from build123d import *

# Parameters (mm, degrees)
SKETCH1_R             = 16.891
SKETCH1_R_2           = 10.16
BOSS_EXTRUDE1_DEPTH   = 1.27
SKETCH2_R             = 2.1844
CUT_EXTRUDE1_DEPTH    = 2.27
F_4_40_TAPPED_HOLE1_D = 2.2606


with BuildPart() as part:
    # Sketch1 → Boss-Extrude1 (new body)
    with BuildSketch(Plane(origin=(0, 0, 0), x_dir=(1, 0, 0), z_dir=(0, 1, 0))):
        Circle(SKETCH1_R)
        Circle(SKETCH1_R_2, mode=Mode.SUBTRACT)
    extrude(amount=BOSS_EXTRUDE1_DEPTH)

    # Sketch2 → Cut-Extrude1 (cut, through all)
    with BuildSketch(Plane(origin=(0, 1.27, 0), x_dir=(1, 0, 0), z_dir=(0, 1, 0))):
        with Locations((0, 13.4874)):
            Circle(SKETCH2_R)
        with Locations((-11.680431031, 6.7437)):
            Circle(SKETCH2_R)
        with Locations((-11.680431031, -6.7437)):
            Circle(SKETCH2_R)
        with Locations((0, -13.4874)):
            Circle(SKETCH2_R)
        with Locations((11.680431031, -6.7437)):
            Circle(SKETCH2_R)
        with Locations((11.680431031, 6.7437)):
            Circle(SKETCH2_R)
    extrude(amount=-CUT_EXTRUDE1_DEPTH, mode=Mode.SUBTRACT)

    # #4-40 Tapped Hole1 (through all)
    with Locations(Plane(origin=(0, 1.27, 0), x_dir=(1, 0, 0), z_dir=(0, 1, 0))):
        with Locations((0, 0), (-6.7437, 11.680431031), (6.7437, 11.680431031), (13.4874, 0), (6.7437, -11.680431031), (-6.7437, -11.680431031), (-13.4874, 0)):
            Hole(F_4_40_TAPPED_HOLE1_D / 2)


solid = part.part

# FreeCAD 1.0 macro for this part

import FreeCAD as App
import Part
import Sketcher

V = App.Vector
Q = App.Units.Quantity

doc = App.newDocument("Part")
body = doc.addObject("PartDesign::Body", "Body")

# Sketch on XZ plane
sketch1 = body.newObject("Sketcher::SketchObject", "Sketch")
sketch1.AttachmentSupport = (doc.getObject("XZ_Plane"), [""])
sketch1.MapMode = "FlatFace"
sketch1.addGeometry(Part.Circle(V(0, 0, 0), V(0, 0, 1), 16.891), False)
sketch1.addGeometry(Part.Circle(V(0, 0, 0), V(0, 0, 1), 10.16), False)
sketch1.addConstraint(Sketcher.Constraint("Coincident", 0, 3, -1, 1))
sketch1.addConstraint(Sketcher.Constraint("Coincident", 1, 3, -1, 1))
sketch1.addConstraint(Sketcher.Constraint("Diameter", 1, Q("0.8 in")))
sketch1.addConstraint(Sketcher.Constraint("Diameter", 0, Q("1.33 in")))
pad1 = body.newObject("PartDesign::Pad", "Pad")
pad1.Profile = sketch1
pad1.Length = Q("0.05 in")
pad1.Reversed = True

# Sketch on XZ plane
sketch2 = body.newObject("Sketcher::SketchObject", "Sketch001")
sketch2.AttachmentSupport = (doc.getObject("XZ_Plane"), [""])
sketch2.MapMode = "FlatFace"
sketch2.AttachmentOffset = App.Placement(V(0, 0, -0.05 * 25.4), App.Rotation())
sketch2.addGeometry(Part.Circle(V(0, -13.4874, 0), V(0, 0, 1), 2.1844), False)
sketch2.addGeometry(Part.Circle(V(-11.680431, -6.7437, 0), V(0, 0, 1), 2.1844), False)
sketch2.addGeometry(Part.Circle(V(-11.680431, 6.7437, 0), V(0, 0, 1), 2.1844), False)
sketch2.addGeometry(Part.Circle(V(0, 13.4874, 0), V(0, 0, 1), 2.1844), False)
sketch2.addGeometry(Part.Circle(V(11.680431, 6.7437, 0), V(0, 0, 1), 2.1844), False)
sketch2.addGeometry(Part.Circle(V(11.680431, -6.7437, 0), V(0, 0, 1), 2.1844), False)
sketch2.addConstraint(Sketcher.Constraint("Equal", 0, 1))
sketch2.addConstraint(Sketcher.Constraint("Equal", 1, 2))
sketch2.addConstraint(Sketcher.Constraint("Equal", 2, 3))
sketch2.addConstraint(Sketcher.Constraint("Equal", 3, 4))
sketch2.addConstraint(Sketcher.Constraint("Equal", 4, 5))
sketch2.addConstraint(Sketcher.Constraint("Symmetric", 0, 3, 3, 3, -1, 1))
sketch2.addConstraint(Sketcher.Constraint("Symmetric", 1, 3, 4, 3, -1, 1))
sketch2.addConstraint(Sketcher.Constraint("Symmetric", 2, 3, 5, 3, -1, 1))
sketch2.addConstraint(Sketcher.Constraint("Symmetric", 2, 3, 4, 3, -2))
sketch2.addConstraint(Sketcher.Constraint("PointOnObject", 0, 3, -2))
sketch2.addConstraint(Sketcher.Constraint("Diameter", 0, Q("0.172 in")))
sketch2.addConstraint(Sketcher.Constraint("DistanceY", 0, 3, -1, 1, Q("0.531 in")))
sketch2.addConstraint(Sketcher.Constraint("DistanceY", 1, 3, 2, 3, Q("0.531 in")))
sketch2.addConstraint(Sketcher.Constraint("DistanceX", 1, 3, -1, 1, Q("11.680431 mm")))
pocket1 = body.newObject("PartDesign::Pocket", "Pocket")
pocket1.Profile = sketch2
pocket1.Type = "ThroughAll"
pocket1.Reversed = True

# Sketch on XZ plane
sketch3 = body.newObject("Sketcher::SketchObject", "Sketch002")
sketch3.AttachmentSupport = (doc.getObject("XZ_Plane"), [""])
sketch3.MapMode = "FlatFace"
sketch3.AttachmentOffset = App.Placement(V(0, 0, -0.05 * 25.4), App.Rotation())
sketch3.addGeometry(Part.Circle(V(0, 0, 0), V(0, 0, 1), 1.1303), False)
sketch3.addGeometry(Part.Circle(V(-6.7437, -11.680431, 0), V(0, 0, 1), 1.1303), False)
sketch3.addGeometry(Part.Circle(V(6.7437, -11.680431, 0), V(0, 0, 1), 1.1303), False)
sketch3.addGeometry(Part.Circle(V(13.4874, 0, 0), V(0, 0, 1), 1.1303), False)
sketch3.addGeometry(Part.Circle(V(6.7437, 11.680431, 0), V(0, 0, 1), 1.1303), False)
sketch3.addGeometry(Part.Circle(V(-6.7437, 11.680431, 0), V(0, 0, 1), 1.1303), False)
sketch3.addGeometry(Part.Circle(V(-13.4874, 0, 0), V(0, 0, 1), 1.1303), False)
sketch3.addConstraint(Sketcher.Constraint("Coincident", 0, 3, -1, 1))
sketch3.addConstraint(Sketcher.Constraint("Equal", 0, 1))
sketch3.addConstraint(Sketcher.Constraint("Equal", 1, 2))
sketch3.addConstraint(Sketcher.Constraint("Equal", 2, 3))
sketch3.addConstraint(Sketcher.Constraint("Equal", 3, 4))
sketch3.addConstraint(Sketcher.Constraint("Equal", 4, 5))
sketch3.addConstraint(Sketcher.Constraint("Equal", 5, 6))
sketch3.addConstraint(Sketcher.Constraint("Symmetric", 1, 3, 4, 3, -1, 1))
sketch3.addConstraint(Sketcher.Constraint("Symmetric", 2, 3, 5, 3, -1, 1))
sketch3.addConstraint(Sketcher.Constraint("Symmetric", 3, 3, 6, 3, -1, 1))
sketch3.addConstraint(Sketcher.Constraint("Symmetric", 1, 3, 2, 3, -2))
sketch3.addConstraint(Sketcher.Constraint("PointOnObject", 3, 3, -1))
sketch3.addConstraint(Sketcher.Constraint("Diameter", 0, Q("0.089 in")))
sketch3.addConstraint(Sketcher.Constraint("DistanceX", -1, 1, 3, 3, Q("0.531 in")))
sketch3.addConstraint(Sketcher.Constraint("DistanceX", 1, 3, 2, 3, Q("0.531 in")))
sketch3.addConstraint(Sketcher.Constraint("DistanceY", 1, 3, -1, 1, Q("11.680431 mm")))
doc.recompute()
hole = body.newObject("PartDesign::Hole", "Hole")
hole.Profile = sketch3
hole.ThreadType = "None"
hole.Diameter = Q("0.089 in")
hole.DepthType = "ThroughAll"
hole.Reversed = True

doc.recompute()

===

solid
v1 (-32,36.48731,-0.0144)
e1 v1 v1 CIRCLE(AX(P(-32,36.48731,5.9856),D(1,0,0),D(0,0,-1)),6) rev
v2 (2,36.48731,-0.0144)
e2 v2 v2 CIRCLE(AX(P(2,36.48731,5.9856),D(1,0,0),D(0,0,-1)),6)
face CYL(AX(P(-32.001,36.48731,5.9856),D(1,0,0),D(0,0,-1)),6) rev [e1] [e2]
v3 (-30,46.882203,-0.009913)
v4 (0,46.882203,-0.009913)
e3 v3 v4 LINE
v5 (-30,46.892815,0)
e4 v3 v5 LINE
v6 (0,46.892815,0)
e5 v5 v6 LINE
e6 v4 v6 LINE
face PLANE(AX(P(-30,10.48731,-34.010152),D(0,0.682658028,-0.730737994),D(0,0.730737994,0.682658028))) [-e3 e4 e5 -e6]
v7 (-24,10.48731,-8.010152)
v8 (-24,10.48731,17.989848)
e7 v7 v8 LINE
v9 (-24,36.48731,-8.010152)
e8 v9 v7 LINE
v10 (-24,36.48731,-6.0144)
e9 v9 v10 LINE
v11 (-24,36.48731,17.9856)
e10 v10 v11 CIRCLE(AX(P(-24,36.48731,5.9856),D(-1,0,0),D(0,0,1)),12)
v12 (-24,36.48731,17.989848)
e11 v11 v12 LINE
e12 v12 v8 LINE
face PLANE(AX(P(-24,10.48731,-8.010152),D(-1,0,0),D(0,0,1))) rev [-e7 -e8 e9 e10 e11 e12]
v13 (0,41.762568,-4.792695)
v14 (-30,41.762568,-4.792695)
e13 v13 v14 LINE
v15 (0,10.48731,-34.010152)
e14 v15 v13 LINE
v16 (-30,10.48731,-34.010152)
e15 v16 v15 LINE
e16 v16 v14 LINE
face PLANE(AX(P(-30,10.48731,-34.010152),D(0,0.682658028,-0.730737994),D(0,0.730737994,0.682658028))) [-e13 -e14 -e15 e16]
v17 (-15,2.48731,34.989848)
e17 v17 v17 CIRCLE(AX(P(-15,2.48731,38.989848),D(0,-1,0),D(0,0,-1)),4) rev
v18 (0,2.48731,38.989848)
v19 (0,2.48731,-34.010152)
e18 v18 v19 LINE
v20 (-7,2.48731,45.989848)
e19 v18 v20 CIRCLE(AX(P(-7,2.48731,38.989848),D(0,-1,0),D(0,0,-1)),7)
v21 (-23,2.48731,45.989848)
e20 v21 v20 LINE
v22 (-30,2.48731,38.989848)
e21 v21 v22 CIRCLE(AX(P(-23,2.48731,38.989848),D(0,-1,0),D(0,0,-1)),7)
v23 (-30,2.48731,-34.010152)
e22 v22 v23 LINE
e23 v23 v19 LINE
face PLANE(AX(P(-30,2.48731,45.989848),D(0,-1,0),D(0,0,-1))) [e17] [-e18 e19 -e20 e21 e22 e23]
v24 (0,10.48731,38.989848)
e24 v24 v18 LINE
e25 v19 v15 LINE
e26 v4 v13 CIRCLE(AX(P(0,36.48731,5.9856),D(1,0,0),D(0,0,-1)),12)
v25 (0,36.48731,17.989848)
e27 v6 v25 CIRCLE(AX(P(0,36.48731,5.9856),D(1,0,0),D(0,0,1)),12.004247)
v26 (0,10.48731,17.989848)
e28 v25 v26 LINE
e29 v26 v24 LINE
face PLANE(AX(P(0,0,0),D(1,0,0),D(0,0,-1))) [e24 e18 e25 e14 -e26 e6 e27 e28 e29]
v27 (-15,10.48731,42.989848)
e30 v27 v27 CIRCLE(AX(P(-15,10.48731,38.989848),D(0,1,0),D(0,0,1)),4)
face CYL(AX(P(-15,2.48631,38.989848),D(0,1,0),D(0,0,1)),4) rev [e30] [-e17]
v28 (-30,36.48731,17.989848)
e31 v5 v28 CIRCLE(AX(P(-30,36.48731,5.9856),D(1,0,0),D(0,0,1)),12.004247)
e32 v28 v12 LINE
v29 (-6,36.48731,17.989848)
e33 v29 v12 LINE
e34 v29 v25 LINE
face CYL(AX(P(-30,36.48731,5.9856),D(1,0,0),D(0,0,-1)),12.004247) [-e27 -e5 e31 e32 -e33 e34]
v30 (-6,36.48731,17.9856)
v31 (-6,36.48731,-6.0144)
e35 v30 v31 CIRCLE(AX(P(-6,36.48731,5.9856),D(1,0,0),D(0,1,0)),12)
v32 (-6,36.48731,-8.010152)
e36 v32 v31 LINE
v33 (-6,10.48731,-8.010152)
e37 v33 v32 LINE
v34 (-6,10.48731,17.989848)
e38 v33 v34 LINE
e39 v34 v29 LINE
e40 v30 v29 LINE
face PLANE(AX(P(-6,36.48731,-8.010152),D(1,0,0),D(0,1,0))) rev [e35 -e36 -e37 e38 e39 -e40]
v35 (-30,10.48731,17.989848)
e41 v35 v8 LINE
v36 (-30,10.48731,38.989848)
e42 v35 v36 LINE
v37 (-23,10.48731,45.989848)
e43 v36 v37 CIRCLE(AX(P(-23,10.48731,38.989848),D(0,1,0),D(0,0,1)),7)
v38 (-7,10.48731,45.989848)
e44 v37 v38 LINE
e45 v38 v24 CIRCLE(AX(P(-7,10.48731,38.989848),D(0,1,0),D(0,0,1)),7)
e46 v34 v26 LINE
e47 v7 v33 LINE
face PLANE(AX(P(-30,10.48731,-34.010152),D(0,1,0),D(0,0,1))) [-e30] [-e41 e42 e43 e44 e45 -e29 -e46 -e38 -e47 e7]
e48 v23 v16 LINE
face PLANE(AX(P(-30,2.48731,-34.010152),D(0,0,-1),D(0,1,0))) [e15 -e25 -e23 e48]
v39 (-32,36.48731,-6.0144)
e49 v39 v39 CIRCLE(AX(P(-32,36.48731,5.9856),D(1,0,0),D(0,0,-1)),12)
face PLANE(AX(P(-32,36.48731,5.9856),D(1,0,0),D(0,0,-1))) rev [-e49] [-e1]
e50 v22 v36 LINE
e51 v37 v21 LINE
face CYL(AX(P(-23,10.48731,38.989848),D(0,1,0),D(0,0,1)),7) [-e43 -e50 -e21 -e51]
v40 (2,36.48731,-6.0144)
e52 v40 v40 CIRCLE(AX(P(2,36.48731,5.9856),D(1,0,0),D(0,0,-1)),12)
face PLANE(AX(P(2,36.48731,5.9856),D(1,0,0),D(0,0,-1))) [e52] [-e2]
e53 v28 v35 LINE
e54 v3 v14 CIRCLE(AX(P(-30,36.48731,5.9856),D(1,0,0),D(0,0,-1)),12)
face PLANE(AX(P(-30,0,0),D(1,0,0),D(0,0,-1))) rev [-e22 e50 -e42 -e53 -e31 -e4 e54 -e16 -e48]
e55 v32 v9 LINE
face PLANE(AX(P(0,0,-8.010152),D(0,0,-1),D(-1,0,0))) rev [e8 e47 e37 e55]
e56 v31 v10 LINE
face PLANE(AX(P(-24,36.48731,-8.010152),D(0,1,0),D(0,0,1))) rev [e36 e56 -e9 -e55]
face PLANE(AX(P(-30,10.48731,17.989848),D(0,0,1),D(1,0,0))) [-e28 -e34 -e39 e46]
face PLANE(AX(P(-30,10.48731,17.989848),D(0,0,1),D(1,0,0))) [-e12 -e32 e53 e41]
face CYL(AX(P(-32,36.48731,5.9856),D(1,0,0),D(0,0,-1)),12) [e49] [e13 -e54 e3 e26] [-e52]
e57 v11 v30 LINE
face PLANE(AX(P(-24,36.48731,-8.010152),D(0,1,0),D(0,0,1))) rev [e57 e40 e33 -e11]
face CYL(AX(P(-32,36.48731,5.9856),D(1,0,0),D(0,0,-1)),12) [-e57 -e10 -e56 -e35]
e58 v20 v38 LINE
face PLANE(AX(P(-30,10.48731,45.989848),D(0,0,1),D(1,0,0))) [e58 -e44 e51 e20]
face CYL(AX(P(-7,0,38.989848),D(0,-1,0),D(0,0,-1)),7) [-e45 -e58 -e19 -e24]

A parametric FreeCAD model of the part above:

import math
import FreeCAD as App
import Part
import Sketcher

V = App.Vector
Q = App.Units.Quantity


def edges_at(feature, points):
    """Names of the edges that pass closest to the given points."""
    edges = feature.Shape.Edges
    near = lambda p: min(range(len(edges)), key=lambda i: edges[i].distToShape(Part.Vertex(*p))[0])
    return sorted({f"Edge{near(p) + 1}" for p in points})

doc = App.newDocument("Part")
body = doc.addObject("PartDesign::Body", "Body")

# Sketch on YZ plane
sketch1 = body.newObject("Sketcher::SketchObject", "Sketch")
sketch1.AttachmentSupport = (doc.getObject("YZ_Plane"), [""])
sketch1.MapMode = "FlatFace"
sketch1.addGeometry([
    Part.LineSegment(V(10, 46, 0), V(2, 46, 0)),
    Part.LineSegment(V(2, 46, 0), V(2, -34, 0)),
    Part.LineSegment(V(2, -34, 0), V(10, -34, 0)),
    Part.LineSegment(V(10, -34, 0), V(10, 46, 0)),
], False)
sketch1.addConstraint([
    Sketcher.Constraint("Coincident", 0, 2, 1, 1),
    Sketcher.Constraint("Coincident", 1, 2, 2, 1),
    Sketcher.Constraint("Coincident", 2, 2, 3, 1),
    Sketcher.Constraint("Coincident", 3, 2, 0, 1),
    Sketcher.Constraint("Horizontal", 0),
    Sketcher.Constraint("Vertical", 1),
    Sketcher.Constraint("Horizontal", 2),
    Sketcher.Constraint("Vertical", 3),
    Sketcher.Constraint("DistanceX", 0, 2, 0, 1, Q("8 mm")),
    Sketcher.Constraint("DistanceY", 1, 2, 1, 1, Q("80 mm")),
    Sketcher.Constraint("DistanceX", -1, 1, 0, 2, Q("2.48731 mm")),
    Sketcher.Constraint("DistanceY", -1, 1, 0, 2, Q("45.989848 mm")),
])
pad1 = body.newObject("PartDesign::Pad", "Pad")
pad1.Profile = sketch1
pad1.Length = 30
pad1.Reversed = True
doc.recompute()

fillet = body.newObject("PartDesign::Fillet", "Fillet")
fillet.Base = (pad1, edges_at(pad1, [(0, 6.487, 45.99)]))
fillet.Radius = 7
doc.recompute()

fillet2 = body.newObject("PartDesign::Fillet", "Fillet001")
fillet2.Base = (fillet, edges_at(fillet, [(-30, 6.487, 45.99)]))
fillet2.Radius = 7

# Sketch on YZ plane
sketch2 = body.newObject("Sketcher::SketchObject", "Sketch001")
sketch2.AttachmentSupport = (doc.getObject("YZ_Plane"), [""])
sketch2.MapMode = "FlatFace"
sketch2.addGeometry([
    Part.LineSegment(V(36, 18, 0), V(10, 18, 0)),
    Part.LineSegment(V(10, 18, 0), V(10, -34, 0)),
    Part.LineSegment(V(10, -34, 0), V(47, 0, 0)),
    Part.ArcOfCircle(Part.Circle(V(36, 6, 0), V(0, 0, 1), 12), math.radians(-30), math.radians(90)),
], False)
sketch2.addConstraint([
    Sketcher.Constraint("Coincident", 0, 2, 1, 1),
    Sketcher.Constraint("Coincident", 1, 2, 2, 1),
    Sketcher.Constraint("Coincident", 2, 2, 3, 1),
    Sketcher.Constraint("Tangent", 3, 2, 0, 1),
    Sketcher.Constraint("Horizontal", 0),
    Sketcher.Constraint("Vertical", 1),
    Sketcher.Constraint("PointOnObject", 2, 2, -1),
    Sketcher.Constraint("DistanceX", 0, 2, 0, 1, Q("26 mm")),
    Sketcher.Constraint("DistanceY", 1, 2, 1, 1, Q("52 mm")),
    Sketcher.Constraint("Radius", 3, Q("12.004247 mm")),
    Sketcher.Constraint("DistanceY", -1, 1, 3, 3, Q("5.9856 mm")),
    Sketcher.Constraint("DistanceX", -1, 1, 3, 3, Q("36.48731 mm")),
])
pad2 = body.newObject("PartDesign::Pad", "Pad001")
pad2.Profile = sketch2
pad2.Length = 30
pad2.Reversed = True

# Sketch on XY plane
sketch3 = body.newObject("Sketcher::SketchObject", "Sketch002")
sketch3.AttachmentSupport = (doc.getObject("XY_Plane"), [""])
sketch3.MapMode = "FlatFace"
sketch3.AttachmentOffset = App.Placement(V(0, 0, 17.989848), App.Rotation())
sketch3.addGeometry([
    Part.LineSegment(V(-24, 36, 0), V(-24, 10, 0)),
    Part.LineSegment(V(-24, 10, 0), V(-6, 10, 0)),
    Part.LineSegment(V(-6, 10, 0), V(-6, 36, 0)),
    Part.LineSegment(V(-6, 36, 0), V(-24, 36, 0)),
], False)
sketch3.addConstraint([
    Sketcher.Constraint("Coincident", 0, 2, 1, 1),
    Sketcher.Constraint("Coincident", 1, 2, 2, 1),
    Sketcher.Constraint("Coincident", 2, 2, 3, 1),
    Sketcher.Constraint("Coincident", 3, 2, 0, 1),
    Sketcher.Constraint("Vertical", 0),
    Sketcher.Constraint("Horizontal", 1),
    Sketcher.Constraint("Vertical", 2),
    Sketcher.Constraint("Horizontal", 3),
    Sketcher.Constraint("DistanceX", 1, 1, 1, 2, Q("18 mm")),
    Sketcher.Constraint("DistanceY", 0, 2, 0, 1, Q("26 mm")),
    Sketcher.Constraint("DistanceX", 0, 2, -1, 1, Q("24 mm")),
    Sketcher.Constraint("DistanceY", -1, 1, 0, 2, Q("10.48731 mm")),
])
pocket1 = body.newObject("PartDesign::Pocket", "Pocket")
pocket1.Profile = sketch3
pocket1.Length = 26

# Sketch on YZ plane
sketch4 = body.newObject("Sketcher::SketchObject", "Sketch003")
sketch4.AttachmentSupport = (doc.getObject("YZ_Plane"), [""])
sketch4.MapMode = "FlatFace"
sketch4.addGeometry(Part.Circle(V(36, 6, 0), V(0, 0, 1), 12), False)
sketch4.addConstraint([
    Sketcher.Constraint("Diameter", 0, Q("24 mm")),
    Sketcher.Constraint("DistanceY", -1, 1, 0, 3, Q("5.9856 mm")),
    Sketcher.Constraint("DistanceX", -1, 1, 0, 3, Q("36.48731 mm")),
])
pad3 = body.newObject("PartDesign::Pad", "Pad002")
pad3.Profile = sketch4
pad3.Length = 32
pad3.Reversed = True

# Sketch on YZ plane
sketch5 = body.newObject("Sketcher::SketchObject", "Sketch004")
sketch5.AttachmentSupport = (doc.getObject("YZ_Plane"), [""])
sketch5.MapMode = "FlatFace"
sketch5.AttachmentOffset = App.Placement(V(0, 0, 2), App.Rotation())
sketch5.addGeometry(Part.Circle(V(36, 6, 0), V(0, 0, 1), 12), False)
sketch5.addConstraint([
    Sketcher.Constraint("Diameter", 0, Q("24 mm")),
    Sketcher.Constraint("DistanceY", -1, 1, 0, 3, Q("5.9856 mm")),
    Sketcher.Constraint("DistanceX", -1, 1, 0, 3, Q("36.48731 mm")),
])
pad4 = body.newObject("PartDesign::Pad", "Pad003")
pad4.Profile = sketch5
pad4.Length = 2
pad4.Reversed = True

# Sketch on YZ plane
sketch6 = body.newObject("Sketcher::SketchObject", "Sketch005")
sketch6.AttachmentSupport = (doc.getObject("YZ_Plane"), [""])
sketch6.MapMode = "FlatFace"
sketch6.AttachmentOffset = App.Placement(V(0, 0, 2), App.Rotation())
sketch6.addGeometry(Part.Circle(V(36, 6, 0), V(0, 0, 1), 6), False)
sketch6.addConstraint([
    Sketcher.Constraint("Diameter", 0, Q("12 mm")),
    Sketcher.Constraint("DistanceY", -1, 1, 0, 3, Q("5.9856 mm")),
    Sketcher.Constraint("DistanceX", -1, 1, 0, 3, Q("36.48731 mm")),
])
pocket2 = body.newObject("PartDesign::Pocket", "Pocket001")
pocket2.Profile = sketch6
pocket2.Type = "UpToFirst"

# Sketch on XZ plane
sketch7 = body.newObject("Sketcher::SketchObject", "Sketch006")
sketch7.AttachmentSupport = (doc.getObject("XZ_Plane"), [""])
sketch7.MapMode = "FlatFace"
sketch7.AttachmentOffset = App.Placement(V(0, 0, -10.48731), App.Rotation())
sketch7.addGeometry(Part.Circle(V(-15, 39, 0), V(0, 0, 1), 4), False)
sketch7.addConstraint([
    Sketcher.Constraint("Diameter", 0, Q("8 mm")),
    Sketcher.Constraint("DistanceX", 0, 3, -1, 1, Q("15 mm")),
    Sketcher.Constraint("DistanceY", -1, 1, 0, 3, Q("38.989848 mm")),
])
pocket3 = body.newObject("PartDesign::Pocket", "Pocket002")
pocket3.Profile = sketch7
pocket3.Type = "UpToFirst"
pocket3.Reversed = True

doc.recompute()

===

What this task involves ▸ Would you print, exactly as written, every line above from the one holding "from build123d import *" through the one holding "# Sketch2 →", with both included and no other lines?

Solution for this task ▸
from build123d import *

# Parameters (mm, degrees)
SKETCH1_R             = 16.891
SKETCH1_R_2           = 10.16
BOSS_EXTRUDE1_DEPTH   = 1.27
SKETCH2_R             = 2.1844
CUT_EXTRUDE1_DEPTH    = 2.27
F_4_40_TAPPED_HOLE1_D = 2.2606


with BuildPart() as part:
    # Sketch1 → Boss-Extrude1 (new body)
    with BuildSketch(Plane(origin=(0, 0, 0), x_dir=(1, 0, 0), z_dir=(0, 1, 0))):
        Circle(SKETCH1_R)
        Circle(SKETCH1_R_2, mode=Mode.SUBTRACT)
    extrude(amount=BOSS_EXTRUDE1_DEPTH)

    # Sketch2 → Cut-Extrude1 (cut, through all)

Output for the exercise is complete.